Abstract

Abstract 3892

Background:

13q deletions (del(13q)) are the most frequent abnormalities in CLL and, if present as a sole abnormality, associated with favorable outcome. Since the size of the deletion varies considerably, class I (del(13q) not including the RB1 locus) and class II (del(13q) including the RB1 locus) deletions were defined. Previous data suggested that class II deletions were associated with genomic complexity and an unfavorable clinical course. However, confirmation in a large patient cohort was lacking.

Aim:

Cytogenetic and molecular genetic characterization of patients with class I and class II deletions and evaluation of the impact on outcome.

Patients and Methods:

263 cases with newly diagnosed CLL and del(13q) were analyzed by FISH using probes for RB1, D13S25, D13S319 (13q14), ATM (11q22), TP53 (17p13), SEC63 (6q21) and 12 cen. Data from chromosome banding analyses (CBA) (n=263), IGHV mutation status (n=230) and TP53 mutation status (n=206) were also available.

Results:

145/263 patients (55.1%) showed a class I and 118 cases (44.9%) a class II deletion. In 79/263 patients (30%) a homozygous del(13q) was observed. No significant difference in frequency of homozygous deletions was observed between cases with class I vs class II deletions (48/145 (33.1%) vs 31/118 (26.3%)).

Abnormalities in addition to del(13q):

Based on FISH data 66 cases (25.1%) showed abnormalities in addition to del(13q) (del(6q): 5, del(11q): 28, +12: 27, del(17p): 11). The frequency of additional abnormalities did not differ between patients with class I vs class II deletions (25.5% vs 24.6%). Considering also CBA 101 patients (38.4%) showed additional abnormalities. A complex karyotype defined as 3 or more abnormalities in addition to del(13q) was observed in 34 cases (12.9%) and was more frequent in cases with class II deletion (17.8% vs 9.0%, p=0.042). The mean number of abnormalities per case was significantly higher in patients with class II deletions (1.25 vs 0.7, p=0.002). Patients with homozygous del(13q) less frequently showed additional chromosome abnormalities compared to patients with heterozygous del(13q) (22.8% vs 45.1%, p=0.001).

IGHV mutation status: In the total cohort, 156/230 patients (67.8%) showed a mutated and 74 (32.2%) an unmutated IGHV status. No difference with respect to the IGHV mutation status was observed between class I vs class II cases. However, an unmutated IGHV status was more frequent in cases with additional abnormalities detected by FISH or CBA compared to those without (52.6% vs 25.4%, p<0.0001 and 48.3% vs 22.4%, p<0.0001). A mutated IGHV status was more frequent in patients with homozygous as compared to heterozygous del(13q) (81.2% vs 62.1%, p=0.005).

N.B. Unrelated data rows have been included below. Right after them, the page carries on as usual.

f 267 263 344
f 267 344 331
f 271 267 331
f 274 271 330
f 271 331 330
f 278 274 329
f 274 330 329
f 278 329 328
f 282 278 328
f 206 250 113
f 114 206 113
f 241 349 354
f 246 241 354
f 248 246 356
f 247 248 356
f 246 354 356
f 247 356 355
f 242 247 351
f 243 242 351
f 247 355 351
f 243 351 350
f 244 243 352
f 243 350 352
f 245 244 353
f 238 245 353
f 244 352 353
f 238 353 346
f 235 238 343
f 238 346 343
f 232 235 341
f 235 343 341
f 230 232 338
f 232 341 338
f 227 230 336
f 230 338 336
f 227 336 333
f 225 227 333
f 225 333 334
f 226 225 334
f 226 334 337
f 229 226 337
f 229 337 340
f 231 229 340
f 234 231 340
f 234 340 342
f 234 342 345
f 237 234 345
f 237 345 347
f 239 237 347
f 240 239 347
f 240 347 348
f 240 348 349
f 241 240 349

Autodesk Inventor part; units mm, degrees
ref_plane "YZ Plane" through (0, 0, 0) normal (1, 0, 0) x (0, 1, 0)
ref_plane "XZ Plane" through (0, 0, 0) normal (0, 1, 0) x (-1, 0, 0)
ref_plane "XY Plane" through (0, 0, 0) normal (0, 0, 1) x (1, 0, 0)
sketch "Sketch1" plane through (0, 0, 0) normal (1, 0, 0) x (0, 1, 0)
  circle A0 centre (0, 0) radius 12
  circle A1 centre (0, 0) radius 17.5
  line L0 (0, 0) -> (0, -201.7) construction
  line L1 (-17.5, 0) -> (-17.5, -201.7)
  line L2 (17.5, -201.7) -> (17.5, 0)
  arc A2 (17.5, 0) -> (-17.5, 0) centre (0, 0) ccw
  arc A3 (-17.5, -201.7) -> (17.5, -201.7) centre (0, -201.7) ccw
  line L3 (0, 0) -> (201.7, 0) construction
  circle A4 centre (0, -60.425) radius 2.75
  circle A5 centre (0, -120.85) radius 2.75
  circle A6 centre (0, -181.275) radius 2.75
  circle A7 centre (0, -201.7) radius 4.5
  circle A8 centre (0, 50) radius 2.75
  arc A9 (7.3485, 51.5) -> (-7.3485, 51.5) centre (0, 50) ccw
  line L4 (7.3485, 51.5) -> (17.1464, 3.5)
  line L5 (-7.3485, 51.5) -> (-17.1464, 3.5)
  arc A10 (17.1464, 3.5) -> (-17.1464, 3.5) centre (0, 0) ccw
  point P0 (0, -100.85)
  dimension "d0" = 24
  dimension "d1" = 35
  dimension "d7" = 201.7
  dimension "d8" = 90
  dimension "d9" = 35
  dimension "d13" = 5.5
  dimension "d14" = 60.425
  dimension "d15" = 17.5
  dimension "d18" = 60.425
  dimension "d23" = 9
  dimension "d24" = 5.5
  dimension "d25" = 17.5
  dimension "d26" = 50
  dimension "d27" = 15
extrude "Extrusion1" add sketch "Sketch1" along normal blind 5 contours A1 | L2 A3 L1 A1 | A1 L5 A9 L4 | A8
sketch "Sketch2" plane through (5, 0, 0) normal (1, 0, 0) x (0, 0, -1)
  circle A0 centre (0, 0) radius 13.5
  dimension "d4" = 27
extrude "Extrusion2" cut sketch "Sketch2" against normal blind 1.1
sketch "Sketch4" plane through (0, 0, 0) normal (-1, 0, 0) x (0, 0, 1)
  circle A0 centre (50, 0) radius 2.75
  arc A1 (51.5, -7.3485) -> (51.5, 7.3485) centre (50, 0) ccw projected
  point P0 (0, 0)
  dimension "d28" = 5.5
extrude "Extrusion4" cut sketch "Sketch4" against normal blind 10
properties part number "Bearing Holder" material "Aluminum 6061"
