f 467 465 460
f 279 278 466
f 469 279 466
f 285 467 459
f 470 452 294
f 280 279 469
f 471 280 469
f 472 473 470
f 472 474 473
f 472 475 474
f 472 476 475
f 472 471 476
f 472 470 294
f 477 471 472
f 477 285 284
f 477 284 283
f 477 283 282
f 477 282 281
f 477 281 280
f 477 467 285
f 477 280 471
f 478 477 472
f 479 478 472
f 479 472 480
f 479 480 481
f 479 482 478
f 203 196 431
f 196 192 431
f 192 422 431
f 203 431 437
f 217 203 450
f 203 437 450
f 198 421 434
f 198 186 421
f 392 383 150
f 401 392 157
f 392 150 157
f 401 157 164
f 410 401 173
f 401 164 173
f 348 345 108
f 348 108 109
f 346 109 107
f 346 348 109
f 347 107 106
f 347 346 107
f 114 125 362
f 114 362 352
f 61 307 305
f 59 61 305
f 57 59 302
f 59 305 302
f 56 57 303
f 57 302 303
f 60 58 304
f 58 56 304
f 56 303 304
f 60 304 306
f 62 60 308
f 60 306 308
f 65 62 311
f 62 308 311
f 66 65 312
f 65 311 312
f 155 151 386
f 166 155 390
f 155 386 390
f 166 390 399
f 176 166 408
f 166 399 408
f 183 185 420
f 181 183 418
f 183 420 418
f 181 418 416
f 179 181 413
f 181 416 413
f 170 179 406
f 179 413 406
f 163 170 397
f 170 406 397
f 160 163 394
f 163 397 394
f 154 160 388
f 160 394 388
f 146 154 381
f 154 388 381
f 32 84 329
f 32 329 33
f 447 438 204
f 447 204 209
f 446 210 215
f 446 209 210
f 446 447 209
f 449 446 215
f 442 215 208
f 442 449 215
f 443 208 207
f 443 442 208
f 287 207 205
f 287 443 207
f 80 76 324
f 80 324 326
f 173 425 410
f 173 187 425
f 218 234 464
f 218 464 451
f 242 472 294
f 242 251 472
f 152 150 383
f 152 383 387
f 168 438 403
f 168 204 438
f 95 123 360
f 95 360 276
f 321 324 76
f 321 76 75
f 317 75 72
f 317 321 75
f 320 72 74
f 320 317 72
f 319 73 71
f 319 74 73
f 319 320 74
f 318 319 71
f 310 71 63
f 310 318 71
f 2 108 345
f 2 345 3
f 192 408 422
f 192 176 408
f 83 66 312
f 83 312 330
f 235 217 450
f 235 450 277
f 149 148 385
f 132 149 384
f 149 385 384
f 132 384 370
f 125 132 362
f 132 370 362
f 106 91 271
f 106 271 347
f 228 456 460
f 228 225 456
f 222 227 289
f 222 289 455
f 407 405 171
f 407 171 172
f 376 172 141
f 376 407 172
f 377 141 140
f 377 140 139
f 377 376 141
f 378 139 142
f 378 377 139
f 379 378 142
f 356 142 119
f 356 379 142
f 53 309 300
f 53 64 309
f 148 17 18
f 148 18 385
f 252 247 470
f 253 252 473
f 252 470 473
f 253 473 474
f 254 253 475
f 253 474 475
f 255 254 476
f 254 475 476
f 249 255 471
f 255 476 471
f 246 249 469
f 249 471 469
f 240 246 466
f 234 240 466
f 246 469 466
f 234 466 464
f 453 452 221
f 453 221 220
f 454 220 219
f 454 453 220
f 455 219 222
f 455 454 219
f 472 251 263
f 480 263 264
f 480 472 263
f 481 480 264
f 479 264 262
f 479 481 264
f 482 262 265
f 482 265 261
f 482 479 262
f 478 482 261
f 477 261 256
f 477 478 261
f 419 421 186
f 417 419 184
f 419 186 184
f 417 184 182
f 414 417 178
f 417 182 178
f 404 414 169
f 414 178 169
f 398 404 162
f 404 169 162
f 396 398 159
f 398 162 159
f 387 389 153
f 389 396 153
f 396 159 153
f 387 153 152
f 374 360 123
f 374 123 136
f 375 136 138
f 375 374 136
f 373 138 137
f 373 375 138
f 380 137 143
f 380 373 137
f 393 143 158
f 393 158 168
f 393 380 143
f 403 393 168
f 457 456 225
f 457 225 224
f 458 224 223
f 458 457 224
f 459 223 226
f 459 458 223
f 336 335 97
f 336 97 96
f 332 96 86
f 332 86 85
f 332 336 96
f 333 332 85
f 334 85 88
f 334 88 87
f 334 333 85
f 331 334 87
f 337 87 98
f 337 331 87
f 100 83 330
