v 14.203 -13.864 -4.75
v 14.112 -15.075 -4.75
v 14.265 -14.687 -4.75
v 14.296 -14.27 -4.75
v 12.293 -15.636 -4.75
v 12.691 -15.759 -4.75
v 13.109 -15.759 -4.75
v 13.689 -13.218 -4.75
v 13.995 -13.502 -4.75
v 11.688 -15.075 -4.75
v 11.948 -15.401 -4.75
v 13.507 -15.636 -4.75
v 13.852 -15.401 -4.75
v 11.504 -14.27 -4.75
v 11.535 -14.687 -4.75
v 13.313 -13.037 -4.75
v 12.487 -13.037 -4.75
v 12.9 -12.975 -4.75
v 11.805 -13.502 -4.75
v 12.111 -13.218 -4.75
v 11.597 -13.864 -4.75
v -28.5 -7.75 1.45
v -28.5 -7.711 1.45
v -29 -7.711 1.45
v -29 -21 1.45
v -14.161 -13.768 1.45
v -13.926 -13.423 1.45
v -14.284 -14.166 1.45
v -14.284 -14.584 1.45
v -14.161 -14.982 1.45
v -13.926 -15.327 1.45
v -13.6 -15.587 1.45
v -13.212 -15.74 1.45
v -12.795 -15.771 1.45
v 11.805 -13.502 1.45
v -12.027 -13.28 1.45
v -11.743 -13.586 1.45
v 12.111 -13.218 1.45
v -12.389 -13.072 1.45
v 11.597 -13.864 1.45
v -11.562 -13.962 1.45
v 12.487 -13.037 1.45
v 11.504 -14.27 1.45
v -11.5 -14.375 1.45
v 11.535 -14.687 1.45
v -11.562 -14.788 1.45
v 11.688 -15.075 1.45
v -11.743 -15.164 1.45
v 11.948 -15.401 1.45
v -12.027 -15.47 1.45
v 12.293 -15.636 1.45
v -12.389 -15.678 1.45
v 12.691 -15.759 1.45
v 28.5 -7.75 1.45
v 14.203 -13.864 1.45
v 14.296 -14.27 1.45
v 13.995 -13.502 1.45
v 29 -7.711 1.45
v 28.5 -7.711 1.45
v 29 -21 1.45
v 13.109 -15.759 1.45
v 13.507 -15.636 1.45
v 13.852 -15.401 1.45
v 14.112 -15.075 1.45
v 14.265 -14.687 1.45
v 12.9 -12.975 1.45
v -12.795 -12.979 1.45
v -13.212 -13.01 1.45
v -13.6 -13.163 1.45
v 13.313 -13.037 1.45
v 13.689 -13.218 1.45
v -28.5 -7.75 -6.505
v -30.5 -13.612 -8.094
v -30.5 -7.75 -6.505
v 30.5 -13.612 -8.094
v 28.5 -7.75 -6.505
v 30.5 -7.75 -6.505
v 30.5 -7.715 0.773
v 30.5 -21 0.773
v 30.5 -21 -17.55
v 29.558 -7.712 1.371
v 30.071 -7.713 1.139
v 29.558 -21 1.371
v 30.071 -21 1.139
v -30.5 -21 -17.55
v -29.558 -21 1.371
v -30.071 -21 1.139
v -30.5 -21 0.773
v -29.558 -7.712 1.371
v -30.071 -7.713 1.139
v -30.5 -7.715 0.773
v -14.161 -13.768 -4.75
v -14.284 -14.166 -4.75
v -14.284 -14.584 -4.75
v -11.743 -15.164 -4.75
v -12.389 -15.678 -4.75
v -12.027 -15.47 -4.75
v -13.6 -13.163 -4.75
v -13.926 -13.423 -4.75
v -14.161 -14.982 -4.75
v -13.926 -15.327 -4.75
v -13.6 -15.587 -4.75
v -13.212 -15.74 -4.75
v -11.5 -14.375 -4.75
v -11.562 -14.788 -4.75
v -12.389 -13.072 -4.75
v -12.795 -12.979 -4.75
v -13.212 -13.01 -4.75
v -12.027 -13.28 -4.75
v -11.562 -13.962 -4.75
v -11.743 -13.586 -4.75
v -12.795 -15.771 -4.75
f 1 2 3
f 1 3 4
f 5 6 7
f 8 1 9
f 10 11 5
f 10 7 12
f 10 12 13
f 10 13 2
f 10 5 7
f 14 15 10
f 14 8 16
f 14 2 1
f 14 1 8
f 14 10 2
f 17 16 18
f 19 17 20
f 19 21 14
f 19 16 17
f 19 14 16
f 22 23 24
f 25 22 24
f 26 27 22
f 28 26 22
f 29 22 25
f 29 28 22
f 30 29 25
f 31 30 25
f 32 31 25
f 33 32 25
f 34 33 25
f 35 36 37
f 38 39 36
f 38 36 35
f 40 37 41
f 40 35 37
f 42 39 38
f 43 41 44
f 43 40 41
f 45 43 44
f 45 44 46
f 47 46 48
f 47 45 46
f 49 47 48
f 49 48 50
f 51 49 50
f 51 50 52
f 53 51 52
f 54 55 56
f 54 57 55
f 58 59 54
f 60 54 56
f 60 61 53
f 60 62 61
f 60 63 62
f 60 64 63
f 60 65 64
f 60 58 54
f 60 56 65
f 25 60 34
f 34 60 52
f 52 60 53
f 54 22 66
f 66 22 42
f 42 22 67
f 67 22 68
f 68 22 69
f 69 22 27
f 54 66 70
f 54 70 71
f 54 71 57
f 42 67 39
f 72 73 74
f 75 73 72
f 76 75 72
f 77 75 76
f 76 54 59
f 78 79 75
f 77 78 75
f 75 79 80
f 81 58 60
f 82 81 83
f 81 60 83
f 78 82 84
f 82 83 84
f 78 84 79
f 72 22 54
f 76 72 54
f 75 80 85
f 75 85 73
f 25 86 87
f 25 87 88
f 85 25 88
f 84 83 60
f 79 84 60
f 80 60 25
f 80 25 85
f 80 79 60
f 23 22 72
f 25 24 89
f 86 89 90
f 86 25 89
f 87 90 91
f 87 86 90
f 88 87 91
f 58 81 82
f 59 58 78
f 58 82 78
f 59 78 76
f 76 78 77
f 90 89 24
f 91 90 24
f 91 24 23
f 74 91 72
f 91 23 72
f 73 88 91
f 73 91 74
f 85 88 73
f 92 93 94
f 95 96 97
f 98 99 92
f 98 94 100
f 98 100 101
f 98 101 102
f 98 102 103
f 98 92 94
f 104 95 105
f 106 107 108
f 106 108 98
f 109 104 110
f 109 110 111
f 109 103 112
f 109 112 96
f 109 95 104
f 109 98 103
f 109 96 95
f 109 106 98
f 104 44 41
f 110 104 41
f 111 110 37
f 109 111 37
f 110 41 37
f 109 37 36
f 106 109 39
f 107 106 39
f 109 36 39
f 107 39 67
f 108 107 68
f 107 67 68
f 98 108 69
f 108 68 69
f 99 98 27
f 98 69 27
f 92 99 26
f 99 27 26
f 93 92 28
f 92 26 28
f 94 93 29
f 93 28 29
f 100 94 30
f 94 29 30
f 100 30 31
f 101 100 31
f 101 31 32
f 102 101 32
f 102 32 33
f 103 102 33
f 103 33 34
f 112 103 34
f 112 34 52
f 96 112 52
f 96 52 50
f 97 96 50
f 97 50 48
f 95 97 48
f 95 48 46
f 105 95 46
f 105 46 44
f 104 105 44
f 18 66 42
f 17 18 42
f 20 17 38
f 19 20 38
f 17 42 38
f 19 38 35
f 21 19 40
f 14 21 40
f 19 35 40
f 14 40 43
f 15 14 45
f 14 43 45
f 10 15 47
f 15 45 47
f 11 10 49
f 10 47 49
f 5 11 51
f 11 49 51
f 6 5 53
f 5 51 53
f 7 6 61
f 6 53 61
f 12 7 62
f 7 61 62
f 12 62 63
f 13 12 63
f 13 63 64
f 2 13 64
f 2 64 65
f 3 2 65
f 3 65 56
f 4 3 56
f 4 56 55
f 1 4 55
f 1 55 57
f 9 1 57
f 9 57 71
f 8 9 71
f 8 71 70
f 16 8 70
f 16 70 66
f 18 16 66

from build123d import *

# Parameters (mm, degrees)
SKETCH1_R               = 2.15
BOSS_EXTRUDE1_DEPTH     = 31
CUT_EXTRUDE1_REACH      = 45.327
SKETCH2_W               = 57
SKETCH2_H               = 12
SKETCH7_R               = 1.4
CUT_EXTRUDE2_DEPTH      = 9
CUT_EXTRUDE3_DEPTH      = 68.771693944
FILLET1_R               = 2
CUT_EXTRUDE4_DEPTH      = 39.007433483
CUT_EXTRUDE4_DEPTH_BACK = 39.007433483
SKETCH9_W               = 62
SKETCH9_H               = 45.1
SKETCH9_W_2             = 61
SKETCH9_H_2             = 43.1


with BuildPart() as part:
    # Sketch1 → Boss-Extrude1 (new, symmetric)
    with BuildSketch(Plane(origin=(0, 0, 0), x_dir=(0, 0, -1), z_dir=(1, 0, 0))):
        with BuildLine():
            Line((-4.25, 0), (-4.25, -4))
            ThreePointArc((-4.25, -4), (-4.105356672, -4.642657212), (-3.699322277, -5.161372987))
            Line((-3.699322277, -5.161372987), (-2.000677723, -6.549868444))
            ThreePointArc((-2.000677723, -6.549868444), (-1.594643328, -7.068584218), (-1.45, -7.71124143))
            Line((-1.45, -7.71124143), (-1.45, -21))
            Line((-1.45, -21), (17.55, -21))
            Line((17.55, -21), (8.093870957, -13.612062296))
            Line((8.093870957, -13.612062296), (4.101919606, 1.112095114))
            ThreePointArc((4.101919606, 1.112095114), (-0.560955289, 4.212817248), (-4.25, 0))
        make_face()
        Circle(SKETCH1_R, mode=Mode.SUBTRACT)
    extrude(amount=BOSS_EXTRUDE1_DEPTH, both=True)

    # Cut-Extrude1: up to this plane
    cut_extrude1_end = Plane(origin=(31, -13.612062296, -8.093870957), z_dir=(0, -0.26166943856052705, 0.9651575544559649))
    # Sketch2 → Cut-Extrude1 (cut, up to the surface)
    with BuildSketch(Plane.XY.offset(4.25), mode=Mode.PRIVATE) as cut_extrude1_sk1:
        with Locations((0, -1.75)):
            Rectangle(SKETCH2_W, SKETCH2_H)
    cut_extrude1_tool1 = split(extrude(cut_extrude1_sk1.sketch, amount=-CUT_EXTRUDE1_REACH, mode=Mode.PRIVATE), bisect_by=cut_extrude1_end, keep=Keep.BOTH, mode=Mode.PRIVATE)
    add(cut_extrude1_tool1.solids().sort_by_distance((0, -1.75, 4.25))[0], mode=Mode.SUBTRACT)

    # Sketch7 → Cut-Extrude2 (cut)
    with BuildSketch(Plane.XY.offset(4.25)):
        with Locations((-12.9, -14.375)):
            Circle(SKETCH7_R)
        with Locations(Location((12.9, -14.375, 0), (0, 0, 90))):
            Circle(SKETCH7_R)
    extrude(amount=-CUT_EXTRUDE2_DEPTH, mode=Mode.SUBTRACT)

    # Sketch8 → Cut-Extrude3 (cut, through all)
    with BuildSketch(Plane(origin=(31, 0, 0), x_dir=(0, 0, -1), z_dir=(1, 0, 0))):
        with BuildLine():
            Line((-1.45, -7.71124143), (6.504573393, -7.75))
            Line((6.504573393, -7.75), (4.101919606, 1.112095114))
            ThreePointArc((4.101919606, 1.112095114), (-0.560955289, 4.212817248), (-4.25, 0))
            Line((-4.25, 0), (-4.25, -4))
            ThreePointArc((-4.25, -4), (-4.105356672, -4.642657212), (-3.699322277, -5.161372987))
            Line((-3.699322277, -5.161372987), (-2.000677723, -6.549868444))
            ThreePointArc((-2.000677723, -6.549868444), (-1.594643328, -7.068584218), (-1.45, -7.71124143))
        make_face()
    extrude(amount=-CUT_EXTRUDE3_DEPTH, mode=Mode.SUBTRACT)

    # Fillet1
    fillet1_edges = [part.edges().sort_by_distance(p)[0] for p in [
        (31, -14.355620715, 1.45),
        (-31, -14.355620715, 1.45),
    ]]
    fillet(fillet1_edges, radius=FILLET1_R)

    # Sketch9 → Cut-Extrude4 (cut, two sides: drawn at the far end of the back side and taken through both)
    with BuildSketch(Plane(origin=(0, -7.75, 0), x_dir=(1, 0, 0), z_dir=(0, 1, 0)).offset(-CUT_EXTRUDE4_DEPTH_BACK)):
        Rectangle(SKETCH9_W, SKETCH9_H)
        Rectangle(SKETCH9_W_2, SKETCH9_H_2, mode=Mode.SUBTRACT)
    extrude(amount=CUT_EXTRUDE4_DEPTH + CUT_EXTRUDE4_DEPTH_BACK, mode=Mode.SUBTRACT)


solid = part.part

TP53 mutation status:TP53 mutations were observed in 15/206 cases (7.3%). The TP53 mutation frequency did not differ between class I vs class II patients (6.9% vs 7.8%). However, TP53 mutations were more frequent in cases with additional abnormalities detected by FISH or CBA as compared to those without (18.8% vs 3.8%, p=0.002 and 13.2% vs 3.8%, p=0.023), in cases with complex karyotype (19.2% vs 5.6%, p=0.027), and in cases with TP53 deletions detected by FISH as compared to those without (70.0% vs 4.1%, p<0.0001).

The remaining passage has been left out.